From a2c61395de78fb175c8207ebc698fcca2f4eef6b Mon Sep 17 00:00:00 2001
From: Khalim Conn-Kowlessar <kconnkowlessar@gmail.com>
Date: Mon, 21 Oct 2024 18:34:18 +0100
Subject: [PATCH] new environment working

---
 .../db/functions/recommendations_functions.py | 22 +++++++++----------
 backend/app/plan/router.py                    |  1 +
 backend/ml_models/Valuation.py                |  8 +++----
 backend/requirements/requirements.txt         |  3 +++
 etl/bill_savings/EnergyConsumptionModel.py    | 14 ++++++------
 etl/epc/DataProcessor.py                      | 16 +++++++-------
 etl/epc/settings.py                           |  7 ++++--
 recommendations/Recommendations.py            | 16 +++++++-------
 utils/s3.py                                   |  2 +-
 9 files changed, 48 insertions(+), 41 deletions(-)

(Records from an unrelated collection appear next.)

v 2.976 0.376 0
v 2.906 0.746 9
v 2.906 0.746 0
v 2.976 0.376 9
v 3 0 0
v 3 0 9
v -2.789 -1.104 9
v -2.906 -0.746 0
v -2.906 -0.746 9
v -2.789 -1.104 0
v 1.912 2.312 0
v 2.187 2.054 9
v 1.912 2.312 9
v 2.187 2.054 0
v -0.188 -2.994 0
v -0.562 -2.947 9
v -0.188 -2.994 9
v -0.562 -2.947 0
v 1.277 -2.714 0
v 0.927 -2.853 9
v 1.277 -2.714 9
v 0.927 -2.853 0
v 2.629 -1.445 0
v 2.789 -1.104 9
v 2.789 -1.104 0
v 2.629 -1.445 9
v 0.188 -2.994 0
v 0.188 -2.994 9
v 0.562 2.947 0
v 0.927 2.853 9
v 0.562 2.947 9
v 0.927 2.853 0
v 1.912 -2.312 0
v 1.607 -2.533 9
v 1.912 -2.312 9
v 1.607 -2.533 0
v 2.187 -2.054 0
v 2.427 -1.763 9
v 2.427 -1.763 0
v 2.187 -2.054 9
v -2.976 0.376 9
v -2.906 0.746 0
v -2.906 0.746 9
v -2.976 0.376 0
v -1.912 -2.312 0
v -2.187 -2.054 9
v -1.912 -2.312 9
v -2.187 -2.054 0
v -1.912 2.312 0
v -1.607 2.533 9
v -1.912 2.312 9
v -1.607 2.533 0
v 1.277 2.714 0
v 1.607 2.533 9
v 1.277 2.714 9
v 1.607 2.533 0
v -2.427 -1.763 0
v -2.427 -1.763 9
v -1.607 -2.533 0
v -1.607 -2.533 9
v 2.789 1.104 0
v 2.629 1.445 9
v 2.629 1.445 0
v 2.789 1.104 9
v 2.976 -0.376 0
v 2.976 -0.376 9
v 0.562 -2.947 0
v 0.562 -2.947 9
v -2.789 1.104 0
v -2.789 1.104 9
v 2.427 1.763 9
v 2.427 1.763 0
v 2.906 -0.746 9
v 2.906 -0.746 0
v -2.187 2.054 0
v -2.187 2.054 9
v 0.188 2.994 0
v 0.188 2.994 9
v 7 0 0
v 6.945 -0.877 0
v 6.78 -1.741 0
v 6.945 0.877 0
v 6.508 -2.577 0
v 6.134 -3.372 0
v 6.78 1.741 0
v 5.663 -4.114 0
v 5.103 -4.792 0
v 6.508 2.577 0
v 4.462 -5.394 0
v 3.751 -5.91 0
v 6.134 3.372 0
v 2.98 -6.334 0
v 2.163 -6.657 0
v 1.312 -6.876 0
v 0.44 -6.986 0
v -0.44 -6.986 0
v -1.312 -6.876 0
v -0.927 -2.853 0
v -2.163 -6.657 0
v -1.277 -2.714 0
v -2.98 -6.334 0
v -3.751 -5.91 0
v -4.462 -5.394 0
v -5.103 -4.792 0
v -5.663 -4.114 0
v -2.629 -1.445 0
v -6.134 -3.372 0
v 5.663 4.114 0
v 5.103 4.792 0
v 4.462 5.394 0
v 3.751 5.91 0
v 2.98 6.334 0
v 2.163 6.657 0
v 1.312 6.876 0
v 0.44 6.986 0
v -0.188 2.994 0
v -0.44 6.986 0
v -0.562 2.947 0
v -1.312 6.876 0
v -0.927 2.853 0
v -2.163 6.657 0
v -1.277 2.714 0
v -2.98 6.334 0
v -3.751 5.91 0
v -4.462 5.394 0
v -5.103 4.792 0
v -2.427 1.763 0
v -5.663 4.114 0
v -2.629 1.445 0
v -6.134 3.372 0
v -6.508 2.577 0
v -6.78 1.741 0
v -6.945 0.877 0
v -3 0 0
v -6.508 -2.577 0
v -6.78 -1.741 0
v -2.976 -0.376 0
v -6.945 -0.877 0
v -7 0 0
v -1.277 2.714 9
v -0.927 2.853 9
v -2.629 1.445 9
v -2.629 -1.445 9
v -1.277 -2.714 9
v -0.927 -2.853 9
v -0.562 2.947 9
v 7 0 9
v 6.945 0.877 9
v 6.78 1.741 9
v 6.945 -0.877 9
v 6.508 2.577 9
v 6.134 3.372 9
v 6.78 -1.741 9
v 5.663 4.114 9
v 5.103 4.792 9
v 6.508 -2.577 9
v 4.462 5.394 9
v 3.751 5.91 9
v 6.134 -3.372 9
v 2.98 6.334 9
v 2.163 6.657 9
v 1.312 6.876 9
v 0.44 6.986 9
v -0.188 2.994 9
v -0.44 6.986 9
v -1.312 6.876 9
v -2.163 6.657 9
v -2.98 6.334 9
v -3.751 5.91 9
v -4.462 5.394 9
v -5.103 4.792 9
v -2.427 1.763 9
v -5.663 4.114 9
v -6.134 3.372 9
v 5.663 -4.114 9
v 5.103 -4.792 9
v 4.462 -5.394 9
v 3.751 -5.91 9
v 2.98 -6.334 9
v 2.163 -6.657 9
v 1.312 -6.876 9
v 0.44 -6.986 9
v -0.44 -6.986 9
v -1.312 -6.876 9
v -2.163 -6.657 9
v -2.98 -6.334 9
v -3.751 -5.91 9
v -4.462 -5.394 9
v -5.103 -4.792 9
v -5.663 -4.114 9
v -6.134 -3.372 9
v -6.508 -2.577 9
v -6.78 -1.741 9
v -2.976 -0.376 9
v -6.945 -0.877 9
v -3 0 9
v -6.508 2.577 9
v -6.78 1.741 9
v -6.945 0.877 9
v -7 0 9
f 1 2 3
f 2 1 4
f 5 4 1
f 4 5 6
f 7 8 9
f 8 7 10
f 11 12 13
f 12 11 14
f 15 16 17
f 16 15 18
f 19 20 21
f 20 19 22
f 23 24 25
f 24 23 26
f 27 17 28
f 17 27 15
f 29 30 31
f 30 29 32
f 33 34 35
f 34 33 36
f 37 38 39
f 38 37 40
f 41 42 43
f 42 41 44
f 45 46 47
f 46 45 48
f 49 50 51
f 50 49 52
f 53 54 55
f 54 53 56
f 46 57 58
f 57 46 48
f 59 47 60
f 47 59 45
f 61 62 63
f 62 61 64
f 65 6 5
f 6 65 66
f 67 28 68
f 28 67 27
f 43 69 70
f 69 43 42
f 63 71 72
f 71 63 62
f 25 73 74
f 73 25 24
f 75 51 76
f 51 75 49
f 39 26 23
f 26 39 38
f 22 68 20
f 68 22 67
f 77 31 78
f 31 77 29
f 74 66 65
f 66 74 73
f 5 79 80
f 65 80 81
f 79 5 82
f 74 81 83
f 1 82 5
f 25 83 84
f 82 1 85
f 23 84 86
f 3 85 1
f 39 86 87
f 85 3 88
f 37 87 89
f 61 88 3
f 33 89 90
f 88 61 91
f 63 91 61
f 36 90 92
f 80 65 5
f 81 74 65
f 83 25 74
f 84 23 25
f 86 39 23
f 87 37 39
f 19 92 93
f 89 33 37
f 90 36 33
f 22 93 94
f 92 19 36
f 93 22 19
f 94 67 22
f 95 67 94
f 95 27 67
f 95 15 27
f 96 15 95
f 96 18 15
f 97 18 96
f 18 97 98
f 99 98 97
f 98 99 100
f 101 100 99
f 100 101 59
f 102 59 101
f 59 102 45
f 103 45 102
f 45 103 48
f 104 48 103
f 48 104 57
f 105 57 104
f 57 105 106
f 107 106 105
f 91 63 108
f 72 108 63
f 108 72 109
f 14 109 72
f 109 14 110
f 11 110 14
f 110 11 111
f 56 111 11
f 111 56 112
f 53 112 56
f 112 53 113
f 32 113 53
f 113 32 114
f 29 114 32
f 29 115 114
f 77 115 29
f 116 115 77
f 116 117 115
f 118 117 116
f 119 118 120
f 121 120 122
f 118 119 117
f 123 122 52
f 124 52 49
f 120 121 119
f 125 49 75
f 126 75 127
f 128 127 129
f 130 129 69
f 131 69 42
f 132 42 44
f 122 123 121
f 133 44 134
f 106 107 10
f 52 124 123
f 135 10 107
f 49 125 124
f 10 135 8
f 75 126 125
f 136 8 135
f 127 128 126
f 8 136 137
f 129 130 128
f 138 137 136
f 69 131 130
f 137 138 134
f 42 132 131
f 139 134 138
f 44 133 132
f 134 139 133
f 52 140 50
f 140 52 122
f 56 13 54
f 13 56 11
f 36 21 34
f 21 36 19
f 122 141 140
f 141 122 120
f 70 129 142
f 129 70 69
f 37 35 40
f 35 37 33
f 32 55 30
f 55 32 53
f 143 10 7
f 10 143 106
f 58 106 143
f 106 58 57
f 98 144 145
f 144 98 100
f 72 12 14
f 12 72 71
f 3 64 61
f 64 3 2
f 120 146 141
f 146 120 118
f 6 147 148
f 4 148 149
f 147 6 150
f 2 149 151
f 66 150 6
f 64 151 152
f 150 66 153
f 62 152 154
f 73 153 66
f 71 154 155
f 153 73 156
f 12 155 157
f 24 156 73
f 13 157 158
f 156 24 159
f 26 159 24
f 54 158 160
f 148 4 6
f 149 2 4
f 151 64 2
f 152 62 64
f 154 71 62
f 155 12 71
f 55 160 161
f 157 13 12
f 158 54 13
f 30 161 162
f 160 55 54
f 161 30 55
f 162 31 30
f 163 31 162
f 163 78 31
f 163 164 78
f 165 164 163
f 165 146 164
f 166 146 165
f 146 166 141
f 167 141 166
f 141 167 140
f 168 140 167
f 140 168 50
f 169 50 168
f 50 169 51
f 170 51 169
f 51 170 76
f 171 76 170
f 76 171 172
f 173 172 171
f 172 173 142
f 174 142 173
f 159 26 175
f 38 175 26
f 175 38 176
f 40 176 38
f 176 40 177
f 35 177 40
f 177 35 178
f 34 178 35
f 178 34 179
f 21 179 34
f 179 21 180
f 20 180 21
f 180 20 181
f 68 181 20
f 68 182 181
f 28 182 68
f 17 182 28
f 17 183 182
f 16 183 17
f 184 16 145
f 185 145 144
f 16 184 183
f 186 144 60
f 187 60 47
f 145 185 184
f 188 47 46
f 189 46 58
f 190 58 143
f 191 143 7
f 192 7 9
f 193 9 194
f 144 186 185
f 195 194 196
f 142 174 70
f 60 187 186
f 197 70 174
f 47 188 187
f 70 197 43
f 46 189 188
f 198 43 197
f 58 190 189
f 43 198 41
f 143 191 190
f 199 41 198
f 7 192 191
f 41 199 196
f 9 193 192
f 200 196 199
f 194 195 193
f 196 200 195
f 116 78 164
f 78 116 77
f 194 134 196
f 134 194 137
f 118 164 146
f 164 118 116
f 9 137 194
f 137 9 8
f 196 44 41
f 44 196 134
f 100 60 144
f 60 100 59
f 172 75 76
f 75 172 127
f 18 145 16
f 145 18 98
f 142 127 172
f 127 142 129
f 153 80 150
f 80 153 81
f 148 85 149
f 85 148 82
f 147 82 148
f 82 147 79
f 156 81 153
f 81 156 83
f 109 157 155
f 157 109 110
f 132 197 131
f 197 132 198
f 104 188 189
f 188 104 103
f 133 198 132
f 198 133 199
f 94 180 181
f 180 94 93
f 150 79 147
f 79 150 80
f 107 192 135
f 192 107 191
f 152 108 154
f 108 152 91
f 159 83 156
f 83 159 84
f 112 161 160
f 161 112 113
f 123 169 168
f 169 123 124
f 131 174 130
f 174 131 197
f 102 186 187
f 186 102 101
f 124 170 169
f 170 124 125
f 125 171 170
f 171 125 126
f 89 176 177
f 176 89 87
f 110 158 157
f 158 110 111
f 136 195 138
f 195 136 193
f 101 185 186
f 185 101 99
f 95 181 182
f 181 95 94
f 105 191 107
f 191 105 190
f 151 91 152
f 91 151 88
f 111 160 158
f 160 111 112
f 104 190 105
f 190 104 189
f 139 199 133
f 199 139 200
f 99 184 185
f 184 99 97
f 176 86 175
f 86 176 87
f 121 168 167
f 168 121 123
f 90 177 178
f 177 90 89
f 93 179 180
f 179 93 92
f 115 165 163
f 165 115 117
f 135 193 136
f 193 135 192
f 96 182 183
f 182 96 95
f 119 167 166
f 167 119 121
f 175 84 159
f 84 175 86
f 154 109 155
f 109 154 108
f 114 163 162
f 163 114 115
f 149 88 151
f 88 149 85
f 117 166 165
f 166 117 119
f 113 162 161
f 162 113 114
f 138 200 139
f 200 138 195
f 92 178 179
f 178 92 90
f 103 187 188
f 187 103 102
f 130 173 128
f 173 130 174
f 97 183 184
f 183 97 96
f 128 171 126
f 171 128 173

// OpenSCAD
$fn = 50;


difference() {
	union() {
		cylinder(h = 9, r = 7.0000000000);
	}
	union() {
		cylinder(h = 9, r = 3.0000000000);
		cylinder(h = 9, r = 1.5000000000);
		cylinder(h = 9, r = 1.5000000000);
		cylinder(h = 9, r = 1.5000000000);
	}
}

diff --git a/backend/app/db/functions/recommendations_functions.py b/backend/app/db/functions/recommendations_functions.py
index feeced10..d6e41c61 100644
--- a/backend/app/db/functions/recommendations_functions.py
+++ b/backend/app/db/functions/recommendations_functions.py
@@ -110,19 +110,19 @@ def upload_recommendations(session: Session, recommendations_to_upload, property
                 "type": rec["type"],
                 "measure_type": rec["measure_type"],
                 "description": rec["description"],
-                "estimated_cost": rec["total"],
+                "estimated_cost": float(rec["total"]),
                 "default": rec["default"],
-                "starting_u_value": rec.get("starting_u_value"),
-                "new_u_value": rec.get("new_u_value"),
-                "sap_points": rec["sap_points"],
-                "energy_savings": rec["heat_demand"],
-                "kwh_savings": rec["kwh_savings"],
-                "co2_equivalent_savings": rec["co2_equivalent_savings"],
-                "total_work_hours": rec["labour_hours"],
-                "energy_cost_savings": rec["energy_cost_savings"],
-                "labour_days": rec["labour_days"],
+                "starting_u_value": float(rec.get("starting_u_value")) if rec.get("starting_u_value") else None,
+                "new_u_value": float(rec.get("new_u_value")) if rec.get("new_u_value") else None,
+                "sap_points": float(rec["sap_points"]),
+                "energy_savings": float(rec["heat_demand"]),
+                "kwh_savings": float(rec["kwh_savings"]),
+                "co2_equivalent_savings": float(rec["co2_equivalent_savings"]),
+                "total_work_hours": float(rec["labour_hours"]),
+                "energy_cost_savings": float(rec["energy_cost_savings"]),
+                "labour_days": float(rec["labour_days"]),
                 "already_installed": rec["already_installed"],
-                "heat_demand": rec["heat_demand"]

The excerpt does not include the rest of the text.